I agree with Solar above... it really depends on the exact language in the agreement. Read it FULLY and carefully. If you do not understand it 100% then get an attorney or someone else qualified to look over it and explain it to you. 

Also keep in mind all Subs accept a certain degree of risk in getting paid.. I mean in all honesty "liens" dang sure ain't what they used to be and neither is a "judgement" at times. I know a plumber who has a lien and a judgement of over 10k that are not worth the paper they are written on. You can thank bankruptcy law for that one. So check into whoever you are thinking of going to work for REALLY well.


----------



## CarpenterSFO (Dec 12, 2012)

You do drywall, in Texas? Residential?


----------



## guero512 (Jan 7, 2015)

Yes i do drywall and paint in the austin area.
http://csdrywallandpaint1.com


----------



## CarpenterSFO (Dec 12, 2012)

guero512 said:


> Yes i do drywall and paint in the austin area.
> http://csdrywallandpaint1.com


All right! Welcome to Contractor Talk! Stop by the Introductions Forum and introduce yourself. It helps persuade us all that you're legit.

I like your website - Pretty clear who you are, what you do.

- Bob


----------



## CarpenterSFO (Dec 12, 2012)

[Deleted stuff about contracts]

Find some sample contracts and work one up, but your best protection is to work with trustworthy contractors. If you're just starting out, though, you're going to have to deal with all sorts of new guys. Don't work with guys that you don't feel good about. Make sure you know who they really are - actually get their names right, their company names. Write down their license plate numbers. There are a lot of fly-by-night guys out there, and a contract won't help if you can't actually find the guy.

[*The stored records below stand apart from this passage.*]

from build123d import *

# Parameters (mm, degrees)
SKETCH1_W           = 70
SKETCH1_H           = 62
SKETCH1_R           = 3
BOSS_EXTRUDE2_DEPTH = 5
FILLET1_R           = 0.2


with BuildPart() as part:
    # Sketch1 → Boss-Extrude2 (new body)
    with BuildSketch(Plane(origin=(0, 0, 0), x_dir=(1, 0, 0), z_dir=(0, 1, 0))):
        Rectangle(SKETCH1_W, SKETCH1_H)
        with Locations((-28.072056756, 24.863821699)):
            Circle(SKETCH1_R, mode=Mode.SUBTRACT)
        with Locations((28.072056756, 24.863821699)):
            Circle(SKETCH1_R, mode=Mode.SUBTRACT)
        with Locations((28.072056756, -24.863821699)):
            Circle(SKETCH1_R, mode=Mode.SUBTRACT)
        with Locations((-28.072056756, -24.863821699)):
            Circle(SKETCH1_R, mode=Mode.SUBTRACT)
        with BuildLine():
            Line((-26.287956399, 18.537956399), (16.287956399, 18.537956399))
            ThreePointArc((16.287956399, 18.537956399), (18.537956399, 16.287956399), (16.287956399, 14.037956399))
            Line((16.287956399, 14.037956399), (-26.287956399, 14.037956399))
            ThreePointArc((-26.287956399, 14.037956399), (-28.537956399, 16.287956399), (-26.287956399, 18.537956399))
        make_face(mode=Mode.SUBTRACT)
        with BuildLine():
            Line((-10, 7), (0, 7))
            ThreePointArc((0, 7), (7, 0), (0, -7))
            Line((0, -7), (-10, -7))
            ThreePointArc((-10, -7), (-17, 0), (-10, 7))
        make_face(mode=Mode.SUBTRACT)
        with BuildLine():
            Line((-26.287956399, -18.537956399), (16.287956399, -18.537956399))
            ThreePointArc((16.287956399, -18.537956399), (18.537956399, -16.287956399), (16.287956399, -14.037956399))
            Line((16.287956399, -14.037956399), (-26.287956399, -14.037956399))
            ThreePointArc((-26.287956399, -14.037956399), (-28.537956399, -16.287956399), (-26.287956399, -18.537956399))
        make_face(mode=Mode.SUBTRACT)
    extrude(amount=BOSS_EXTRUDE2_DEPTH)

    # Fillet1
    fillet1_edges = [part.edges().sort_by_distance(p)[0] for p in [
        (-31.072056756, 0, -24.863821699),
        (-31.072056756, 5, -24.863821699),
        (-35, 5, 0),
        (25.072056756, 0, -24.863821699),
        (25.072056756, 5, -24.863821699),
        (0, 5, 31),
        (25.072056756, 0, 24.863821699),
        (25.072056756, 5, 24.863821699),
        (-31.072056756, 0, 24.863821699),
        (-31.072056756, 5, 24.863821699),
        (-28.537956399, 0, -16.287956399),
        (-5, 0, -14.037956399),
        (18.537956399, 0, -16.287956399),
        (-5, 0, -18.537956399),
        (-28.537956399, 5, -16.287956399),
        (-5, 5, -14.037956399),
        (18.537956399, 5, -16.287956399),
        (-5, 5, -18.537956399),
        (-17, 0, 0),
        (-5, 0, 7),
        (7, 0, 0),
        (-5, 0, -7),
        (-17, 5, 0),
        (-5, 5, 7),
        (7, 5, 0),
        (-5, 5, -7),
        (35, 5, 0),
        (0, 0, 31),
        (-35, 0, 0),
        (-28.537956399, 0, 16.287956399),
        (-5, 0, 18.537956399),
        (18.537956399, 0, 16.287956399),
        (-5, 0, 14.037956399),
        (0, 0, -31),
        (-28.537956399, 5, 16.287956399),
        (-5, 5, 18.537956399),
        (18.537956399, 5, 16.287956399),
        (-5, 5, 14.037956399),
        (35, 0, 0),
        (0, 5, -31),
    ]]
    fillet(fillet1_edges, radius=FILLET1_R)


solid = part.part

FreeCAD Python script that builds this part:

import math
import FreeCAD as App
import Part
import Sketcher
Q = App.Units.Quantity


def edges_at(feature, points):
    """Names of the edges that pass closest to the given points."""
    edges = feature.Shape.Edges
    near = lambda p: min(range(len(edges)), key=lambda i: edges[i].distToShape(Part.Vertex(*p))[0])
    return sorted({f"Edge{near(p) + 1}" for p in points})

doc = App.newDocument("Part")
body = doc.addObject("PartDesign::Body", "Body")

# Sketch on XZ plane
sketch1 = body.newObject("Sketcher::SketchObject", "Sketch")
sketch1.AttachmentSupport = (doc.getObject("XZ_Plane"), [""])
sketch1.MapMode = "FlatFace"
sketch1.addGeometry([
    Part.LineSegment(App.Vector(-35, -31, 0), App.Vector(-35, 31, 0)),  # 0
    Part.LineSegment(App.Vector(-35, 31, 0), App.Vector(35, 31, 0)),  # 1
    Part.LineSegment(App.Vector(35, 31, 0), App.Vector(35, -31, 0)),  # 2
    Part.LineSegment(App.Vector(35, -31, 0), App.Vector(-35, -31, 0)),  # 3
    Part.Circle(App.Vector(-28.1, 24.9, 0), App.Vector(0, 0, 1), 3),  # 4
    Part.LineSegment(App.Vector(16.3, 18.5, 0), App.Vector(-26.3, 18.5, 0)),  # 5
    Part.ArcOfCircle(Part.Circle(App.Vector(-26.3, 16.3, 0), App.Vector(0, 0, 1), 2.2), math.radians(90), math.radians(270)),  # 6
    Part.LineSegment(App.Vector(-26.3, 14, 0), App.Vector(16.3, 14, 0)),  # 7
    Part.ArcOfCircle(Part.Circle(App.Vector(16.3, 16.3, 0), App.Vector(0, 0, 1), 2.2), math.radians(-90), math.radians(90)),  # 8
    Part.Circle(App.Vector(28.1, 24.9, 0), App.Vector(0, 0, 1), 3),  # 9
    Part.ArcOfCircle(Part.Circle(App.Vector(-10, 0, 0), App.Vector(0, 0, 1), 7), math.radians(90), math.radians(270)),  # 10
    Part.LineSegment(App.Vector(-10, -7, 0), App.Vector(0, -7, 0)),  # 11
    Part.ArcOfCircle(Part.Circle(App.Vector(0, 0, 0), App.Vector(0, 0, 1), 7), math.radians(-90), math.radians(90)),  # 12
    Part.LineSegment(App.Vector(0, 7, 0), App.Vector(-10, 7, 0)),  # 13
    Part.Circle(App.Vector(-28.1, -24.9, 0), App.Vector(0, 0, 1), 3),  # 14
    Part.ArcOfCircle(Part.Circle(App.Vector(-26.3, -16.3, 0), App.Vector(0, 0, 1), 2.2), math.radians(90), math.radians(270)),  # 15
    Part.LineSegment(App.Vector(-26.3, -18.5, 0), App.Vector(16.3, -18.5, 0)),  # 16
    Part.ArcOfCircle(Part.Circle(App.Vector(16.3, -16.3, 0), App.Vector(0, 0, 1), 2.2), math.radians(-90), math.radians(90)),  # 17
    Part.LineSegment(App.Vector(16.3, -14, 0), App.Vector(-26.3, -14, 0)),  # 18
    Part.Circle(App.Vector(28.1, -24.9, 0), App.Vector(0, 0, 1), 3),  # 19
], False)
sketch1.addConstraint([
    Sketcher.Constraint("Coincident", 0, 2, 1, 1),
    Sketcher.Constraint("Coincident", 1, 2, 2, 1),
    Sketcher.Constraint("Coincident", 2, 2, 3, 1),
    Sketcher.Constraint("Coincident", 3, 2, 0, 1),
    Sketcher.Constraint("Tangent", 5, 2, 6, 1),
    Sketcher.Constraint("Tangent", 6, 2, 7, 1),
    Sketcher.Constraint("Tangent", 7, 2, 8, 1),
    Sketcher.Constraint("Tangent", 8, 2, 5, 1),
    Sketcher.Constraint("Tangent", 10, 2, 11, 1),
    Sketcher.Constraint("Tangent", 11, 2, 12, 1),
    Sketcher.Constraint("Tangent", 12, 2, 13, 1),
    Sketcher.Constraint("Tangent", 13, 2, 10, 1),
    Sketcher.Constraint("Tangent", 15, 2, 16, 1),
    Sketcher.Constraint("Tangent", 16, 2, 17, 1),
    Sketcher.Constraint("Tangent", 17, 2, 18, 1),
    Sketcher.Constraint("Tangent", 18, 2, 15, 1),
    Sketcher.Constraint("Vertical", 0),
    Sketcher.Constraint("Horizontal", 1),
    Sketcher.Constraint("Vertical", 2),
    Sketcher.Constraint("Horizontal", 3),
    Sketcher.Constraint("Horizontal", 5),
    Sketcher.Constraint("Horizontal", 7),
    Sketcher.Constraint("Horizontal", 11),
    Sketcher.Constraint("Horizontal", 13),
    Sketcher.Constraint("Horizontal", 16),
    Sketcher.Constraint("Horizontal", 18),
    Sketcher.Constraint("Coincident", 12, 3, -1, 1),
    Sketcher.Constraint("Equal", 4, 9),
    Sketcher.Constraint("Equal", 9, 14),
    Sketcher.Constraint("Equal", 8, 15),
    Sketcher.Constraint("Equal", 14, 19),
    Sketcher.Constraint("Symmetric", 9, 3, 14, 3, -1, 1),
    Sketcher.Constraint("Symmetric", 4, 3, 19, 3, -1, 1),
    Sketcher.Constraint("Symmetric", 0, 2, 2, 2, -1, 1),
    Sketcher.Constraint("Symmetric", 4, 3, 9, 3, -2),
    Sketcher.Constraint("Symmetric", 6, 3, 15, 3, -1),
    Sketcher.Constraint("Vertical", 8, 3, 17, 3),
    Sketcher.Constraint("Diameter", 4, Q("6 mm")),
    Sketcher.Constraint("Radius", 10, Q("7 mm")),
    Sketcher.Constraint("DistanceX", 1, 1, 1, 2, Q("70 mm")),
    Sketcher.Constraint("DistanceX", 11, 1, 11, 2, Q("10 mm")),
    Sketcher.Constraint("DistanceY", 0, 1, 0, 2, Q("62 mm")),
    Sketcher.Constraint("Radius", 6, Q("2.25 mm")),
    Sketcher.Constraint("DistanceX", 4, 3, 6, 3, Q("1.7841 mm")),
    Sketcher.Constraint("DistanceX", 8, 3, 9, 3, Q("11.7841 mm")),
    Sketcher.Constraint("DistanceX", 5, 2, 5, 1, Q("42.575913 mm")),
    Sketcher.Constraint("DistanceY", -1, 1, 4, 3, Q("24.863822 mm")),
    Sketcher.Constraint("DistanceY", 14, 3, 6, 3, Q("41.151778 mm")),
])
pad1 = body.newObject("PartDesign::Pad", "Pad")
pad1.Profile = sketch1
pad1.Length = 5
pad1.Reversed = True
doc.recompute()

fillet = body.newObject("PartDesign::Fillet", "Fillet")
fillet.Base = (pad1, edges_at(pad1, [
    (-31.072, 0, -24.864),
    (-31.072, 5, -24.864),
    (-35, 5, 0),
    (25.072, 0, -24.864),
    (25.072, 5, -24.864),
    (0, 5, 31),
    (25.072, 0, 24.864),
    (25.072, 5, 24.864),
    (-31.072, 0, 24.864),
    (-31.072, 5, 24.864),
    (-28.538, 0, -16.288),
    (-5, 0, -14.038),
    (18.538, 0, -16.288),
    (-5, 0, -18.538),
    (-28.538, 5, -16.288),
    (-5, 5, -14.038),
    (18.538, 5, -16.288),
    (-5, 5, -18.538),
    (-17, 0, 0),
    (-5, 0, 7),
    (7, 0, 0),
    (-5, 0, -7),
    (-17, 5, 0),
    (-5, 5, 7),
    (7, 5, 0),
    (-5, 5, -7),
    (35, 5, 0),
    (0, 0, 31),
    (-35, 0, 0),
    (-28.538, 0, 16.288),
    (-5, 0, 18.538),
    (18.538, 0, 16.288),
    (-5, 0, 14.038),
    (0, 0, -31),
    (-28.538, 5, 16.288),
    (-5, 5, 18.538),
    (18.538, 5, 16.288),
    (-5, 5, 14.038),
    (35, 0, 0),
    (0, 5, -31),
]))
fillet.Radius = 0.2

doc.recompute()
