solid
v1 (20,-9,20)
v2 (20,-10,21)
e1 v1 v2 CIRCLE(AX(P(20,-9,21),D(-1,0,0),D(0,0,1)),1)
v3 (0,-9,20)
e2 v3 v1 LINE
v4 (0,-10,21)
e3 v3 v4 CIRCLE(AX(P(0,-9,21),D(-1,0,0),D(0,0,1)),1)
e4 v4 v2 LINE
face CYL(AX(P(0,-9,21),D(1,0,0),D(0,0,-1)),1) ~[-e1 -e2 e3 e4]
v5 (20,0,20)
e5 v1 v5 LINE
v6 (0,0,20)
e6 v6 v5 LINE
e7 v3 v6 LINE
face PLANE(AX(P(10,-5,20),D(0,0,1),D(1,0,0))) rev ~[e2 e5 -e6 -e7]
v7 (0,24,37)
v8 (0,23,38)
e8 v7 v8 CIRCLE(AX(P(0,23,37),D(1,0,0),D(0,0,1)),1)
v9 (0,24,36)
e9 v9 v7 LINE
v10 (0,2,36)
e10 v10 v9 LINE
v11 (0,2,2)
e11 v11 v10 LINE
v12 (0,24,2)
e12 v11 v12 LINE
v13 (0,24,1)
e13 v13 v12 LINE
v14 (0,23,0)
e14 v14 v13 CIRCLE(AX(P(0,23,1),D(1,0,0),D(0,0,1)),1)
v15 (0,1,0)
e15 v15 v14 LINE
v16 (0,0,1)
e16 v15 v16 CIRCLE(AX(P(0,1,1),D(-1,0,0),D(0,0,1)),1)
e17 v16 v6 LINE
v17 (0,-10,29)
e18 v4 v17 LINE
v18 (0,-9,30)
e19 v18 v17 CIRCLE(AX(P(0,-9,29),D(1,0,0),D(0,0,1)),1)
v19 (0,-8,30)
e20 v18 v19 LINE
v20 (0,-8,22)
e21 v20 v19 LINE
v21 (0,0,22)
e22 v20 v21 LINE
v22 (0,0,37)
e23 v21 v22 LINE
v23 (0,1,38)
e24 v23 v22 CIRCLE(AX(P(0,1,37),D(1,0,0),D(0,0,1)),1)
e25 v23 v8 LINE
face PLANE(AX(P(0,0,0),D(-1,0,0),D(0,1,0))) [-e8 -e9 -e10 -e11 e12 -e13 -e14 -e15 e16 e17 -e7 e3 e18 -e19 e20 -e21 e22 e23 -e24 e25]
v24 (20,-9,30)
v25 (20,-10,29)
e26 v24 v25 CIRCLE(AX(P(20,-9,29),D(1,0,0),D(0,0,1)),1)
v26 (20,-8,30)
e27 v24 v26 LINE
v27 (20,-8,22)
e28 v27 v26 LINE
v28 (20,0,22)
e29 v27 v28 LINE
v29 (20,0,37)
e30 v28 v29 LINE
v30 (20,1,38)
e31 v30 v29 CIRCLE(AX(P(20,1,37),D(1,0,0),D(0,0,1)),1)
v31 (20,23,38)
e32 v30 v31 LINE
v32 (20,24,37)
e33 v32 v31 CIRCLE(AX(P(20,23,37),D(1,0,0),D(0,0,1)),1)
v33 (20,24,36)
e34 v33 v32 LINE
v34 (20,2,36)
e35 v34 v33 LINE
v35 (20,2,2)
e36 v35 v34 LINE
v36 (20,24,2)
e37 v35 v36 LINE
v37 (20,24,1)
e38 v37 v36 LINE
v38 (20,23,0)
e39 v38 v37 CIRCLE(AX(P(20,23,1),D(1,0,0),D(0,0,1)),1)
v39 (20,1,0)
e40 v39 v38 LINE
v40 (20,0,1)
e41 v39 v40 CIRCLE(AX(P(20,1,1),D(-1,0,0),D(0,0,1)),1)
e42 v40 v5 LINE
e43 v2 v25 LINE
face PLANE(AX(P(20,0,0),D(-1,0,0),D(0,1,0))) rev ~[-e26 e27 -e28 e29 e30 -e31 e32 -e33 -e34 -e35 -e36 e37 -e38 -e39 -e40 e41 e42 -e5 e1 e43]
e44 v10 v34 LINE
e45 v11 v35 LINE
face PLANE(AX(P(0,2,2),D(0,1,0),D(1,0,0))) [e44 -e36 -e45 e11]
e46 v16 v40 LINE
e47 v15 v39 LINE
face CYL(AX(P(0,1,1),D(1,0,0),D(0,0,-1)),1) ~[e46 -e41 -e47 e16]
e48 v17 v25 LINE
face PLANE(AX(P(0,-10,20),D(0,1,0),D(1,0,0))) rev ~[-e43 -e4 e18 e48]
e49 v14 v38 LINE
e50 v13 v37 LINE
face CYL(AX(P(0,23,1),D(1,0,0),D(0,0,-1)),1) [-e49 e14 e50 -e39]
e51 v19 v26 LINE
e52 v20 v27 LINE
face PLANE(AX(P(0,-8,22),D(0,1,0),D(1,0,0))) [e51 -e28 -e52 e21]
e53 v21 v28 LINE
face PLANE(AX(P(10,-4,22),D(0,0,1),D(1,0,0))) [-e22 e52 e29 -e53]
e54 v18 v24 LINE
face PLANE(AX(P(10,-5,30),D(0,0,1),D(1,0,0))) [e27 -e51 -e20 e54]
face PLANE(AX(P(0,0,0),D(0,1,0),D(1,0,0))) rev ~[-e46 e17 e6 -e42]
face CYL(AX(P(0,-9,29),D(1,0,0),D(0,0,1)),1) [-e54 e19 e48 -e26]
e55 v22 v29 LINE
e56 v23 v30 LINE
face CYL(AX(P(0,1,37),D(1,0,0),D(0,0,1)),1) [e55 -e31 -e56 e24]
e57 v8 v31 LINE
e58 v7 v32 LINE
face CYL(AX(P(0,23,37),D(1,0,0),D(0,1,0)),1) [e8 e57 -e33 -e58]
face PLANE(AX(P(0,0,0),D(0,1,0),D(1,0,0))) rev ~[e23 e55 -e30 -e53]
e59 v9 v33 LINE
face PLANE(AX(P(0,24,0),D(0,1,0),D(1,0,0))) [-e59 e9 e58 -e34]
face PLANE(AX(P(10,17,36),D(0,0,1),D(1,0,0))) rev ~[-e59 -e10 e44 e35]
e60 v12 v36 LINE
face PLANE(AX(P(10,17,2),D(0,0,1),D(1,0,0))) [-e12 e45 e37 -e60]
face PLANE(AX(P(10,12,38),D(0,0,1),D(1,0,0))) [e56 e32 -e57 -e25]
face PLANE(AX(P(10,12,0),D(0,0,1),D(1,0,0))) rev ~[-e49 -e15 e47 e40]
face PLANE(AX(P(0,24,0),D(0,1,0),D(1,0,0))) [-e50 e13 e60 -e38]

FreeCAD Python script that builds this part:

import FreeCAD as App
import Part
import Sketcher
Q = App.Units.Quantity


def edges_at(feature, points):
    """Names of the edges that pass closest to the given points."""
    edges = feature.Shape.Edges
    near = lambda p: min(range(len(edges)), key=lambda i: edges[i].distToShape(Part.Vertex(*p))[0])
    return sorted({f"Edge{near(p) + 1}" for p in points})


def add_polygon(sketch, points):
    """Adds a closed chain of lines whose ends are joined by coincident constraints."""
    first, n = sketch.GeometryCount, len(points)
    for a, b in zip(points, points[1:] + points[:1]):
        sketch.addGeometry(Part.LineSegment(App.Vector(*a, 0), App.Vector(*b, 0)), False)
    for i in range(n):
        sketch.addConstraint(Sketcher.Constraint("Coincident", first + i, 2, first + (i + 1) % n, 1))

doc = App.newDocument("Part")
body = doc.addObject("PartDesign::Body", "Body")

sketch1 = body.newObject("Sketcher::SketchObject", "Sketch")
sketch1.AttachmentSupport = (doc.getObject("XY_Plane"), [""])
sketch1.MapMode = "FlatFace"
sketch1.AttachmentOffset = App.Placement(App.Vector(0, 0, 2), App.Rotation())
add_polygon(sketch1, [(0, 32), (0, 2), (20, 2), (20, 32)])
sketch1.addConstraint(Sketcher.Constraint("Vertical", 0))
sketch1.addConstraint(Sketcher.Constraint("Horizontal", 1))
sketch1.addConstraint(Sketcher.Constraint("Vertical", 2))
sketch1.addConstraint(Sketcher.Constraint("Horizontal", 3))
sketch1.addConstraint(Sketcher.Constraint("PointOnObject", 0, 2, -2))
sketch1.addConstraint(Sketcher.Constraint("DistanceX", 1, 1, 1, 2, Q("20 mm")))
sketch1.addConstraint(Sketcher.Constraint("DistanceY", 0, 2, 0, 1, Q("30 mm")))
sketch1.addConstraint(Sketcher.Constraint("DistanceY", -1, 1, 0, 2, Q("2 mm")))
pad1 = body.newObject("PartDesign::Pad", "Pad")
pad1.Profile = sketch1
pad1.Length = 34
body2 = doc.addObject("PartDesign::Body", "Body001")

sketch2 = body2.newObject("Sketcher::SketchObject", "Sketch001")
sketch2.AttachmentSupport = (doc.getObject("XY_Plane001"), [""])
sketch2.MapMode = "FlatFace"
add_polygon(sketch2, [(0, 24), (0, 0), (20, 0), (20, 24)])
sketch2.addConstraint(Sketcher.Constraint("Vertical", 0))
sketch2.addConstraint(Sketcher.Constraint("Horizontal", 1))
sketch2.addConstraint(Sketcher.Constraint("Vertical", 2))
sketch2.addConstraint(Sketcher.Constraint("Horizontal", 3))
sketch2.addConstraint(Sketcher.Constraint("Coincident", 0, 2, -1, 1))
sketch2.addConstraint(Sketcher.Constraint("DistanceX", 1, 1, 1, 2, Q("20 mm")))
sketch2.addConstraint(Sketcher.Constraint("DistanceY", 0, 2, 0, 1, Q("24 mm")))
pad2 = body2.newObject("PartDesign::Pad", "Pad001")
pad2.Profile = sketch2
pad2.Length = 38
doc.recompute()

boolean = body2.newObject("PartDesign::Boolean", "Boolean")
boolean.Type = "Cut"
boolean.addObjects([body])
body3 = doc.addObject("PartDesign::Body", "Body002")

sketch3 = body3.newObject("Sketcher::SketchObject", "Sketch002")
sketch3.AttachmentSupport = (doc.getObject("XY_Plane002"), [""])
sketch3.MapMode = "FlatFace"
sketch3.AttachmentOffset = App.Placement(App.Vector(0, 0, 22), App.Rotation())
add_polygon(sketch3, [(0, 0), (0, -8), (20, -8), (20, 0)])
sketch3.addConstraint(Sketcher.Constraint("Vertical", 0))
sketch3.addConstraint(Sketcher.Constraint("Horizontal", 1))
sketch3.addConstraint(Sketcher.Constraint("Vertical", 2))
sketch3.addConstraint(Sketcher.Constraint("Horizontal", 3))
sketch3.addConstraint(Sketcher.Constraint("Coincident", 3, 2, -1, 1))
sketch3.addConstraint(Sketcher.Constraint("DistanceX", 1, 1, 1, 2, Q("20 mm")))
sketch3.addConstraint(Sketcher.Constraint("DistanceY", 0, 2, 0, 1, Q("8 mm")))
pad3 = body3.newObject("PartDesign::Pad", "Pad002")
pad3.Profile = sketch3
pad3.Length = 8
body4 = doc.addObject("PartDesign::Body", "Body003")

sketch4 = body4.newObject("Sketcher::SketchObject", "Sketch003")
sketch4.AttachmentSupport = (doc.getObject("XY_Plane003"), [""])
sketch4.MapMode = "FlatFace"
sketch4.AttachmentOffset = App.Placement(App.Vector(0, 0, 20), App.Rotation())
add_polygon(sketch4, [(0, 0), (0, -10), (20, -10), (20, 0)])
sketch4.addConstraint(Sketcher.Constraint("Vertical", 0))
sketch4.addConstraint(Sketcher.Constraint("Horizontal", 1))
sketch4.addConstraint(Sketcher.Constraint("Vertical", 2))
sketch4.addConstraint(Sketcher.Constraint("Horizontal", 3))
sketch4.addConstraint(Sketcher.Constraint("Coincident", 3, 2, -1, 1))
sketch4.addConstraint(Sketcher.Constraint("DistanceX", 1, 1, 1, 2, Q("20 mm")))
sketch4.addConstraint(Sketcher.Constraint("DistanceY", 0, 2, 0, 1, Q("10 mm")))
pad4 = body4.newObject("PartDesign::Pad", "Pad003")
pad4.Profile = sketch4
pad4.Length = 10
doc.recompute()

boolean2 = body4.newObject("PartDesign::Boolean", "Boolean001")
boolean2.Type = "Cut"
boolean2.addObjects([body3])
doc.recompute()

boolean3 = body4.newObject("PartDesign::Boolean", "Boolean002")
boolean3.Type = "Fuse"
boolean3.addObjects([body2])
doc.recompute()

fillet = body4.newObject("PartDesign::Fillet", "Fillet")
fillet.Base = (boolean3, edges_at(boolean3, [
    (10, -10, 30),
    (10, -10, 20),
    (10, 0, 0),
    (10, 0, 38),
    (10, 24, 38),
    (10, 24, 0),
]))
fillet.Radius = 1

doc.recompute()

If you don't get paid, apply pressure. What that means is up to you.


----------



## libbycop (Dec 5, 2011)

CarpenterSFO said:


> [Deleted stuff about contracts]
> 
> Find some sample contracts and work one up, but your best protection is to work with trustworthy contractors. If you're just starting out, though, you're going to have to deal with all sorts of new guys. *Don't work with guys that you don't feel good about. Make sure you know who they really are - actually get their names right, their company names. *Write down their license plate numbers. There are a lot of fly-by-night guys out there, and a contract won't help if you can't actually find the guy.
> 
> If you don't get paid, apply pressure. What that means is up to you.


That is real good advice to follow

Most problems guys have with subs/GC's is they dont really know who they are. 

I use subs sparingly for overflow work and they are very well known and familiar to me. I would never hire off craigslist or work for someone im unfamiliar with.

I know starting out you just want to get work but die your due diligence on who your working for or hiring out. It will reduce future issues


----------



## Jaws (Dec 20, 2010)

What kind of work are doing mostly? New construction, remodeling, flips, property maintenance? Who are your customers primarily? Large volume builders, small volume GCs, property managers? Flippers? All makes a difference in my experience. 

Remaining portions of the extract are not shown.